TRY IT
What you write should be an exact copy of the material, from its first line through the line containing "f 367 368 409".
***** DATA SECTION *****
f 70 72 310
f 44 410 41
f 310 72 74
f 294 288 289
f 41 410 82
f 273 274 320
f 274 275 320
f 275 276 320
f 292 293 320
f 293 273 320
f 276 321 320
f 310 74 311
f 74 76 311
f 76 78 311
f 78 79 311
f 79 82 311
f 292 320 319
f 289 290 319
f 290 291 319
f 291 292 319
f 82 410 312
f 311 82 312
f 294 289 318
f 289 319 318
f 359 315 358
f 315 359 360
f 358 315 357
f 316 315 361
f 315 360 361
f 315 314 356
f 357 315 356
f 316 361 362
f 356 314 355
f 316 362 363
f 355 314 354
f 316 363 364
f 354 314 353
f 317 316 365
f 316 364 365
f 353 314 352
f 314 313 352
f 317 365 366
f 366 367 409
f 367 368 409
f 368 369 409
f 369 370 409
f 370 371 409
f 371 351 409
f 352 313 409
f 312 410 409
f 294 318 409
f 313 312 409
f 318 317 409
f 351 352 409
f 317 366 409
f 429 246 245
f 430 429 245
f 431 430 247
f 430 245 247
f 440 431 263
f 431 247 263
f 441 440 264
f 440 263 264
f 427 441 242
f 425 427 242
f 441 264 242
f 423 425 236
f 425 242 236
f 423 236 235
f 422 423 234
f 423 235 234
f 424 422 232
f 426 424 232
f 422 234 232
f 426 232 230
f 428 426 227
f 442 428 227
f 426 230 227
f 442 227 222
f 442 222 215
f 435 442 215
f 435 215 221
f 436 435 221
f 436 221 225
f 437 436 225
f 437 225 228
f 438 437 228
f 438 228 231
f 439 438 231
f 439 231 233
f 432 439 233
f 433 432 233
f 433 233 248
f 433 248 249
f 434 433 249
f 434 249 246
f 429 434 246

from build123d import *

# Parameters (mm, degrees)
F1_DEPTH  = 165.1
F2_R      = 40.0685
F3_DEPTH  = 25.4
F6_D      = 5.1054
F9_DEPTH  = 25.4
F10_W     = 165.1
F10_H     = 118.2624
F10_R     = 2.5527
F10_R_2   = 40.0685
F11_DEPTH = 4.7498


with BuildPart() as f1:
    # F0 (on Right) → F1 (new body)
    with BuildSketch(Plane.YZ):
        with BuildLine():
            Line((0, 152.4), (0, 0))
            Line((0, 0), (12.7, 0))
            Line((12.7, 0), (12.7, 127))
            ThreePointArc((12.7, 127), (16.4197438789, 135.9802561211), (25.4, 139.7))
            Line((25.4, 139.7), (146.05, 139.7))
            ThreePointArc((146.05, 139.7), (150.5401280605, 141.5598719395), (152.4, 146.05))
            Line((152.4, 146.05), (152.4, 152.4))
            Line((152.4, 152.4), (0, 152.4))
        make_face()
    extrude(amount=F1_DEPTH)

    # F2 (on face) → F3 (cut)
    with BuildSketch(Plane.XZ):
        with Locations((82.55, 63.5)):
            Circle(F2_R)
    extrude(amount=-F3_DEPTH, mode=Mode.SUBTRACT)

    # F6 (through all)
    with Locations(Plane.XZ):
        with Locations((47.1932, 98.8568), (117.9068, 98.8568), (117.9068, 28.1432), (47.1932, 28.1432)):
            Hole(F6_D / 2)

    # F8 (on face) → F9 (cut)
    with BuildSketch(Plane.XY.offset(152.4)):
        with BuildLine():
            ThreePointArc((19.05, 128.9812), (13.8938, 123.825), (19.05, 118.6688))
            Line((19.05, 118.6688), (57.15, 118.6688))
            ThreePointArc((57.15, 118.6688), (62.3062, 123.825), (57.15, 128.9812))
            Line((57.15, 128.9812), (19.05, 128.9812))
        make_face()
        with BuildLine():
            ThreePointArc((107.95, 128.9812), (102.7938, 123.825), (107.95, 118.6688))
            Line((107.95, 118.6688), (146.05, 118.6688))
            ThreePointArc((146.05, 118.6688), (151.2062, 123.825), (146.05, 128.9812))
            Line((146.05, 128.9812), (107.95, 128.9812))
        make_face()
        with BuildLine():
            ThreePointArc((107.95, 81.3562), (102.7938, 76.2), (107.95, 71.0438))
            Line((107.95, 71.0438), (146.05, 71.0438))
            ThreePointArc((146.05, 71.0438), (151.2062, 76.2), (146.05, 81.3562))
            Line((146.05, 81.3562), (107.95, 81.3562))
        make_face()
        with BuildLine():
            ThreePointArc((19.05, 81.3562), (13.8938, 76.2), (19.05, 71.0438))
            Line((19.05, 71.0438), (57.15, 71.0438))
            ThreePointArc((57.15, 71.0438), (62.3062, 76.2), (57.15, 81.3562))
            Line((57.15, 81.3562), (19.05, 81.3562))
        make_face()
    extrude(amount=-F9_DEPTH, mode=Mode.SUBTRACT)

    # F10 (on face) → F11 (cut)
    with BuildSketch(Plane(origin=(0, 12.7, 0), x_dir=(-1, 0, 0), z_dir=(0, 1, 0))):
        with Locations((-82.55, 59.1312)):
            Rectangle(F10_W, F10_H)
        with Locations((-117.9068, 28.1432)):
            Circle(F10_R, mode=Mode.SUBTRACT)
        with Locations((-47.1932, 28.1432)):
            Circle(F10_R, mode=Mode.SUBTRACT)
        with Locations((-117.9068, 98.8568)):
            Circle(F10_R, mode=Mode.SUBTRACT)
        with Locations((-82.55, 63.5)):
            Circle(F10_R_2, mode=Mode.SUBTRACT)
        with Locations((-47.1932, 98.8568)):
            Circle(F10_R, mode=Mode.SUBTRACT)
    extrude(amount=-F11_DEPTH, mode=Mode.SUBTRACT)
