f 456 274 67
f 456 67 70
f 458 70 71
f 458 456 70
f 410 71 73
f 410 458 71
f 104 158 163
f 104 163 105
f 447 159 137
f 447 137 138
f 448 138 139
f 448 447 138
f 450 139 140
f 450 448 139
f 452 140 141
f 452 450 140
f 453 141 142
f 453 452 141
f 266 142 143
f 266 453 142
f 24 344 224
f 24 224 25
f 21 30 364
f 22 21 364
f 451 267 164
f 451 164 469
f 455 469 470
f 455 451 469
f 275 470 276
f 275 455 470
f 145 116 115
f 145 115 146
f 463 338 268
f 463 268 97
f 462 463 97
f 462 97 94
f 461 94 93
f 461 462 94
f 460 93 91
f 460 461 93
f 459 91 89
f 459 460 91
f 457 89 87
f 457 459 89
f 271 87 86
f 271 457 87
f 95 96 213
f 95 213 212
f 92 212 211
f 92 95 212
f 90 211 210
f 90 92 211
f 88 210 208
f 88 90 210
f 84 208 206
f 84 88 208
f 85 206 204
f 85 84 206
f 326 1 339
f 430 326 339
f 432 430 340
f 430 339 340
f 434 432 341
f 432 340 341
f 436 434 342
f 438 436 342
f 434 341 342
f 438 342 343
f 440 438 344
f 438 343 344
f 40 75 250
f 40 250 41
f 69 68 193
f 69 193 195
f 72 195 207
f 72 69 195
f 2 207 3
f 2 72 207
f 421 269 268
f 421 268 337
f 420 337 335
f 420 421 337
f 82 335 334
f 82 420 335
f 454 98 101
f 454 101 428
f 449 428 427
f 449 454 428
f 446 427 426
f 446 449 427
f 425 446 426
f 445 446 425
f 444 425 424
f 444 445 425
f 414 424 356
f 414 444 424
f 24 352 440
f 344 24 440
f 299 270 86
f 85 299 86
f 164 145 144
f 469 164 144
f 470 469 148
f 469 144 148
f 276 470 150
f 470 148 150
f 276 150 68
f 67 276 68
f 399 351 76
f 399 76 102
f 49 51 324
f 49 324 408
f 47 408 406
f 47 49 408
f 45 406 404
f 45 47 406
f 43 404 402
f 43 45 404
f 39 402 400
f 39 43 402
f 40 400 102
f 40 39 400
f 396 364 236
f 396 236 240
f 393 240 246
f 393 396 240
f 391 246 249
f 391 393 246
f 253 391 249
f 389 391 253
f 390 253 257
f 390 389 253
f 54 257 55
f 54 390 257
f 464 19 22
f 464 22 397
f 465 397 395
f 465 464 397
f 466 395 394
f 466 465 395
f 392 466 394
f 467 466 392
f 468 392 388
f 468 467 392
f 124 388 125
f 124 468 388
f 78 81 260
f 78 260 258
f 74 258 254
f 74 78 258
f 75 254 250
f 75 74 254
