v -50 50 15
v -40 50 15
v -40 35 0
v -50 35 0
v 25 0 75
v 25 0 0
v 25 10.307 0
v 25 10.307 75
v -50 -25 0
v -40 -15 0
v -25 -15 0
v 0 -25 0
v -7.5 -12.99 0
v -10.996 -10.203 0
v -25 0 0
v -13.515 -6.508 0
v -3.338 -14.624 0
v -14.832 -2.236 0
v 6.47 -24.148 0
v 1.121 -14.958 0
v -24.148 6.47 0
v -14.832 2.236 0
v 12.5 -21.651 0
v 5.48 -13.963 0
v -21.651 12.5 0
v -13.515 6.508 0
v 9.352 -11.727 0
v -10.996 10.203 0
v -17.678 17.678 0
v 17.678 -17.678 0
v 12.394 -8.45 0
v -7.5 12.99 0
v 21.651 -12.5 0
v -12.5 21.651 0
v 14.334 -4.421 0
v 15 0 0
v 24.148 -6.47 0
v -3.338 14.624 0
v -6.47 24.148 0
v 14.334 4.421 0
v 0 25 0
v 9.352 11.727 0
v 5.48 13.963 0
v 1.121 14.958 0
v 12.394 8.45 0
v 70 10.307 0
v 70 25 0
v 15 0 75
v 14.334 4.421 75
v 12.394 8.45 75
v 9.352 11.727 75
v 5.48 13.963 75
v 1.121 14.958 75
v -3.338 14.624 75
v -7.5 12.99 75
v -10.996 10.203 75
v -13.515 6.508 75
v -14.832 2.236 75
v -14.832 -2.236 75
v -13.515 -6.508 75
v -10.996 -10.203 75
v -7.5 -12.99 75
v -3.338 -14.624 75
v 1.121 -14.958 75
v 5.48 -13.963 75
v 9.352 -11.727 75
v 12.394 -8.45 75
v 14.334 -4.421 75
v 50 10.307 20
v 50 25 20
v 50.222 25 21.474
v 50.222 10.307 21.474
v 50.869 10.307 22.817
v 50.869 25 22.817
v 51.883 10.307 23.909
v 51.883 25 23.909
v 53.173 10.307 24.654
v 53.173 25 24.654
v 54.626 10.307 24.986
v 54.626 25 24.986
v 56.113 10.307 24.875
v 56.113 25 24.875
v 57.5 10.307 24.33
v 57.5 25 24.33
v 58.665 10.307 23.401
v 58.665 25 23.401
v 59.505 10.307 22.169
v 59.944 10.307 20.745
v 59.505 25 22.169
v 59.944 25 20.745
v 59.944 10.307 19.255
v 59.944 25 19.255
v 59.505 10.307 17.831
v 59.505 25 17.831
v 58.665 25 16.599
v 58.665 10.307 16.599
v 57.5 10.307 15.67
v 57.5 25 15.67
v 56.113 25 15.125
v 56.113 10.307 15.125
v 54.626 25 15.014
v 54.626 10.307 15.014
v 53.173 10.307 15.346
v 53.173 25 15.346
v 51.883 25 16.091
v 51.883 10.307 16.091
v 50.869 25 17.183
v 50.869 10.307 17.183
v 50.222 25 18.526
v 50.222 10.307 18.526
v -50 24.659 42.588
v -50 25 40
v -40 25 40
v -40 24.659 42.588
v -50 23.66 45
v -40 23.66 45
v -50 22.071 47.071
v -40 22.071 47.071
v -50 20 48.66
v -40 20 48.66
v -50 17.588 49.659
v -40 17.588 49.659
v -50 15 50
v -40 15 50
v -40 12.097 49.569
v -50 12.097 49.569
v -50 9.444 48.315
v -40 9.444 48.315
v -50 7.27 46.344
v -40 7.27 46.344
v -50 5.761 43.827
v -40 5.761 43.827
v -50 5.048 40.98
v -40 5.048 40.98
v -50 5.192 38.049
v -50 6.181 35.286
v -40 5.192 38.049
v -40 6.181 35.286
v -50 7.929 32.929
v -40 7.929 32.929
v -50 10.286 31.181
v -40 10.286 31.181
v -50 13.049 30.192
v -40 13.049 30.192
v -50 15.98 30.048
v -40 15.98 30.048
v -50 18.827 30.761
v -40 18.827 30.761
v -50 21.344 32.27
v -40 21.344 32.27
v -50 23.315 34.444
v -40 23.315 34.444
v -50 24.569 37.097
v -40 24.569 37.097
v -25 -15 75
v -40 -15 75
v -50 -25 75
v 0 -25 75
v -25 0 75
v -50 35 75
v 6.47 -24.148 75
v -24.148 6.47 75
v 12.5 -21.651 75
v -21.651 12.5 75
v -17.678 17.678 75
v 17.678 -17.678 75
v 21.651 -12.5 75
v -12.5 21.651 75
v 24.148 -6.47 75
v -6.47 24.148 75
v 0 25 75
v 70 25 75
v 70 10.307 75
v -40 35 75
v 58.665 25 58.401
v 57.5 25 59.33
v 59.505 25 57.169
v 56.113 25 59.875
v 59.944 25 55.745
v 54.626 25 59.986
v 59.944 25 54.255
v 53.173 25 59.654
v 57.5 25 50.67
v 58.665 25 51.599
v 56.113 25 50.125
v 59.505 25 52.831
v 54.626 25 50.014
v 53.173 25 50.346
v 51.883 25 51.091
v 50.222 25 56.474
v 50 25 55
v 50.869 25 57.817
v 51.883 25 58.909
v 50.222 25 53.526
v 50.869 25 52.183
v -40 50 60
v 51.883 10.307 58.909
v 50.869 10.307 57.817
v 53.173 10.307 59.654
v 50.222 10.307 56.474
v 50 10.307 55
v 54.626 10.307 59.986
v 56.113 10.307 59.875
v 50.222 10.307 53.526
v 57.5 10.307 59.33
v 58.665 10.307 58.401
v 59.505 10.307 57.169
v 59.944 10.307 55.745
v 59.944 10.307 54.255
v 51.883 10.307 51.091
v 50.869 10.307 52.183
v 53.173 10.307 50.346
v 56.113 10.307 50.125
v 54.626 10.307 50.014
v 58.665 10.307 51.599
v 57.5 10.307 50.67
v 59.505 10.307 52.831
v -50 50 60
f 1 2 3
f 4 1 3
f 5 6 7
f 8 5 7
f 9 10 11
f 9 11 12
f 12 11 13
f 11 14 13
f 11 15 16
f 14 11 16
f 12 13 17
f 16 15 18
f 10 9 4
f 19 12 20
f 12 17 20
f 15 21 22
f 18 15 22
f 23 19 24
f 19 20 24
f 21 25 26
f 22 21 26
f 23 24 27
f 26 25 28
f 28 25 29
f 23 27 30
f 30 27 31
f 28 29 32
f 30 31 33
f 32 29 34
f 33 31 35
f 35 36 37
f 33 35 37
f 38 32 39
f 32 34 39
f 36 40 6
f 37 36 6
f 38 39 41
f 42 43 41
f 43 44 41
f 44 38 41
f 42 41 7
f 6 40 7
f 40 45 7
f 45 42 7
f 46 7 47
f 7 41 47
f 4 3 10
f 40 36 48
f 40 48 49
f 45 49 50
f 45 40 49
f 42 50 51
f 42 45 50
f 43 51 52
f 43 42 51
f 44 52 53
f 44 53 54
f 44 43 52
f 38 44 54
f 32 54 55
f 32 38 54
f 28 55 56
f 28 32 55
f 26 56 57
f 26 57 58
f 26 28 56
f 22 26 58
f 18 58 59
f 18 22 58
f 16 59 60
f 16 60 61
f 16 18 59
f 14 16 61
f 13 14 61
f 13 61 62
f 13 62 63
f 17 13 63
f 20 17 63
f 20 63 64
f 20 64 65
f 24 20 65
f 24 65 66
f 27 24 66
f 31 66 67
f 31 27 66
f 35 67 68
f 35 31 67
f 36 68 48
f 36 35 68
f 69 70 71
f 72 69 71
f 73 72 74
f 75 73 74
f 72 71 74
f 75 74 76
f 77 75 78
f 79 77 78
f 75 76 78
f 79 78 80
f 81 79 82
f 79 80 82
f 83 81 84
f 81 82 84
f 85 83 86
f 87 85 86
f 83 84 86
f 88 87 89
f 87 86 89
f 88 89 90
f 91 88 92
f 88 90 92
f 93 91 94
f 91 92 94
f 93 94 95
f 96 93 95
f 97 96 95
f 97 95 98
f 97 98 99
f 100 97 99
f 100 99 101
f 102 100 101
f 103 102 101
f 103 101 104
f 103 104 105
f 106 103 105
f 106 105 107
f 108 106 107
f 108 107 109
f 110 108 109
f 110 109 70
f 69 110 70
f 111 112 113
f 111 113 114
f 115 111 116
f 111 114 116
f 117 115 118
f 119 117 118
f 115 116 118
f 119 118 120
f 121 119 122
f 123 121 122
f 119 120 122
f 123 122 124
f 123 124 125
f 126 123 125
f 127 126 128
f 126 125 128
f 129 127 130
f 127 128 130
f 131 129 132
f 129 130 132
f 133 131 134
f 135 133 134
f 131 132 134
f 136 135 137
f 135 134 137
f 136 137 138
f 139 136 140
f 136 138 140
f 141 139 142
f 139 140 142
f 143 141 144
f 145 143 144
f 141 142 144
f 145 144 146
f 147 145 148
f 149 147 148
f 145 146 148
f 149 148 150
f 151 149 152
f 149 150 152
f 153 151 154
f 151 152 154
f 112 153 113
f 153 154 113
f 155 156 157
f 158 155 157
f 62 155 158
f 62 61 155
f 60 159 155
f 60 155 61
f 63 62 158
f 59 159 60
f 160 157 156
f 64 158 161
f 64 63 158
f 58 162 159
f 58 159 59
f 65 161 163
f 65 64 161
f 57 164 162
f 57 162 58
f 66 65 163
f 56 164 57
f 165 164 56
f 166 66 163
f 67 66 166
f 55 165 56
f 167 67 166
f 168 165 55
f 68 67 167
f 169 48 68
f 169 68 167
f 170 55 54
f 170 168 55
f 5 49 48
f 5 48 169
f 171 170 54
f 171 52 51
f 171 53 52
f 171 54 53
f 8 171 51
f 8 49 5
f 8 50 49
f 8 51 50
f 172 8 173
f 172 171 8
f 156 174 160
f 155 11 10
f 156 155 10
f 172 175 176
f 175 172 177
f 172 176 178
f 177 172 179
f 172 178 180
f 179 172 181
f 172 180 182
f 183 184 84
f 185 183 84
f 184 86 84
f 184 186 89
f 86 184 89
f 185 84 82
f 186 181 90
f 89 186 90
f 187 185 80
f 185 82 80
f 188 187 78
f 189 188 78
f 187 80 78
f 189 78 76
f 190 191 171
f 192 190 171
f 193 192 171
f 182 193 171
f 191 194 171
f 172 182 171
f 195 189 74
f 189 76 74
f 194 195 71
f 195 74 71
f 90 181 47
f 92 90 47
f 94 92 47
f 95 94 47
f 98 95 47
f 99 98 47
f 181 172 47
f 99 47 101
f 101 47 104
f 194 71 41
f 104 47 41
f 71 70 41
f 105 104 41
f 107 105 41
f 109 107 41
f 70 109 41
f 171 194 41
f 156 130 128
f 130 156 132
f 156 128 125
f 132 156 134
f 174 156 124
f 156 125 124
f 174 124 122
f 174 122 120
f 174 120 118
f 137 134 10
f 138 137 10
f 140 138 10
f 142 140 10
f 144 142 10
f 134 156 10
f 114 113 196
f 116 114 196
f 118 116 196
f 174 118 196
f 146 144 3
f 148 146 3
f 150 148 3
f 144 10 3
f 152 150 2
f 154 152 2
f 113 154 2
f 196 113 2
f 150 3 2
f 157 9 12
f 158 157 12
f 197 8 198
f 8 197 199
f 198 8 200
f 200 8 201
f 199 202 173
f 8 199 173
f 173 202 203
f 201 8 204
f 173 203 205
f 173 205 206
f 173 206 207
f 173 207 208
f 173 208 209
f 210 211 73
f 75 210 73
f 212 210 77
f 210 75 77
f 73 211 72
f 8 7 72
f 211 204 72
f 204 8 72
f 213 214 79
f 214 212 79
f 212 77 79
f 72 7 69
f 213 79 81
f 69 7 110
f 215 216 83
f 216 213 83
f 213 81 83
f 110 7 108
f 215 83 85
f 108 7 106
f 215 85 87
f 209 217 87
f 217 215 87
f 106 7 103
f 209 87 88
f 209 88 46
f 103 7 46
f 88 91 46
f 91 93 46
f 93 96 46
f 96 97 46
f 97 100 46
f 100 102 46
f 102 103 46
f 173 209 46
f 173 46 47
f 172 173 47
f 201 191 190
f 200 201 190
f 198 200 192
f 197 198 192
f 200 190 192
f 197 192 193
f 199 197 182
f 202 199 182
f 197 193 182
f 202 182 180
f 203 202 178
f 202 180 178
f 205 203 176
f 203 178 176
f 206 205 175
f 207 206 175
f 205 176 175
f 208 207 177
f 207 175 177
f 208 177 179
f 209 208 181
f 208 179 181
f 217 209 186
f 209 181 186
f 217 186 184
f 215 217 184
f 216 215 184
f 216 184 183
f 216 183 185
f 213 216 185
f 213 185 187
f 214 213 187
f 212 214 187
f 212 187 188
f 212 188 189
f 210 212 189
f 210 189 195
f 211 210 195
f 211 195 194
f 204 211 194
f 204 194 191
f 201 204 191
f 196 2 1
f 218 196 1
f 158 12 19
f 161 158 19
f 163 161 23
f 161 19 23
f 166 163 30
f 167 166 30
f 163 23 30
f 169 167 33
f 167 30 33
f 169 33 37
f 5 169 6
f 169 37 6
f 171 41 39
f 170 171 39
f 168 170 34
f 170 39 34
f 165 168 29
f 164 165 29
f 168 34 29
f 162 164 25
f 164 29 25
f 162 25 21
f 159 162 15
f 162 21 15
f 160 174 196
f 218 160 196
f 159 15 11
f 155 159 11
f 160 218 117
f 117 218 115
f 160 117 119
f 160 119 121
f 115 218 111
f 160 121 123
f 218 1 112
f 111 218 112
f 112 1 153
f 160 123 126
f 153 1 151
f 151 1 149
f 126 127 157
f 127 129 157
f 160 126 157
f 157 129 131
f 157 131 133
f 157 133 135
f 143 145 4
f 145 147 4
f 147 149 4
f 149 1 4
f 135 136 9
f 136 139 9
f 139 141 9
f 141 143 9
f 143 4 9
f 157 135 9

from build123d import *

# Parameters (mm, degrees)
F0_R     = 15
F1_DEPTH = 75
F2_R     = 5
F3_DEPTH = 15
F5_DEPTH = 10
F7_DEPTH = 10


with BuildPart() as f1:
    # F0 (on Top) → F1 (new body)
    with BuildSketch(Plane.XY):
        with BuildLine():
            Line((-50, -25), (0, -25))
            ThreePointArc((0, -25), (17.6776695297, -17.6776695297), (25, 0))
            Line((25, 0), (25, 10.3068929166))
            Line((25, 10.3068929166), (70, 10.3068929166))
            Line((70, 10.3068929166), (70, 25))
            Line((70, 25), (0, 25))
            ThreePointArc((0, 25), (-17.6776695297, 17.6776695297), (-25, 0))
            Line((-25, 0), (-25, -15))
            Line((-25, -15), (-40, -15))
            Line((-40, -15), (-40, 50))
            Line((-40, 50), (-50, 50))
            Line((-50, 50), (-50, -25))
        make_face()
        Circle(F0_R, mode=Mode.SUBTRACT)
    extrude(amount=F1_DEPTH)

    # F2 (on face) → F3 (cut)
    with BuildSketch(Plane(origin=(0, 25, 0), x_dir=(-1, 0, 0), z_dir=(0, 1, 0))):
        with Locations((-55, 20)):
            Circle(F2_R)
        with Locations((-55, 55)):
            Circle(F2_R)
    extrude(amount=-F3_DEPTH, mode=Mode.SUBTRACT)

    # F4 (on face) → F5 (cut)
    with BuildSketch(Plane.YZ.offset(-40)):
        with BuildLine():
            ThreePointArc((25, 40), (22.0710678119, 47.0710678119), (15, 50))
            ThreePointArc((15, 50), (7.9289321881, 32.9289321881), (25, 40))
        make_face()
    extrude(amount=-F5_DEPTH, mode=Mode.SUBTRACT)

    # F6 (on face) → F7 (cut)
    with BuildSketch(Plane.YZ.offset(-40)):
        Polygon((35, 75), (50, 60), (50, 75), align=None)
        Polygon((50, 0), (50, 15), (35, 0), align=None)
    extrude(amount=-F7_DEPTH, mode=Mode.SUBTRACT)


solid = f1.part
*****
RESULT FOR THIS TASK
f 70 72 310
f 44 410 41
f 310 72 74
f 294 288 289
f 41 410 82
f 273 274 320
f 274 275 320
f 275 276 320
f 292 293 320
f 293 273 320
f 276 321 320
f 310 74 311
f 74 76 311
f 76 78 311
f 78 79 311
f 79 82 311
f 292 320 319
f 289 290 319
f 290 291 319
f 291 292 319
f 82 410 312
f 311 82 312
f 294 289 318
f 289 319 318
f 359 315 358
f 315 359 360
f 358 315 357
f 316 315 361
f 315 360 361
f 315 314 356
f 357 315 356
f 316 361 362
f 356 314 355
f 316 362 363
f 355 314 354
f 316 363 364
f 354 314 353
f 317 316 365
f 316 364 365
f 353 314 352
f 314 313 352
f 317 365 366
f 366 367 409
f 367 368 409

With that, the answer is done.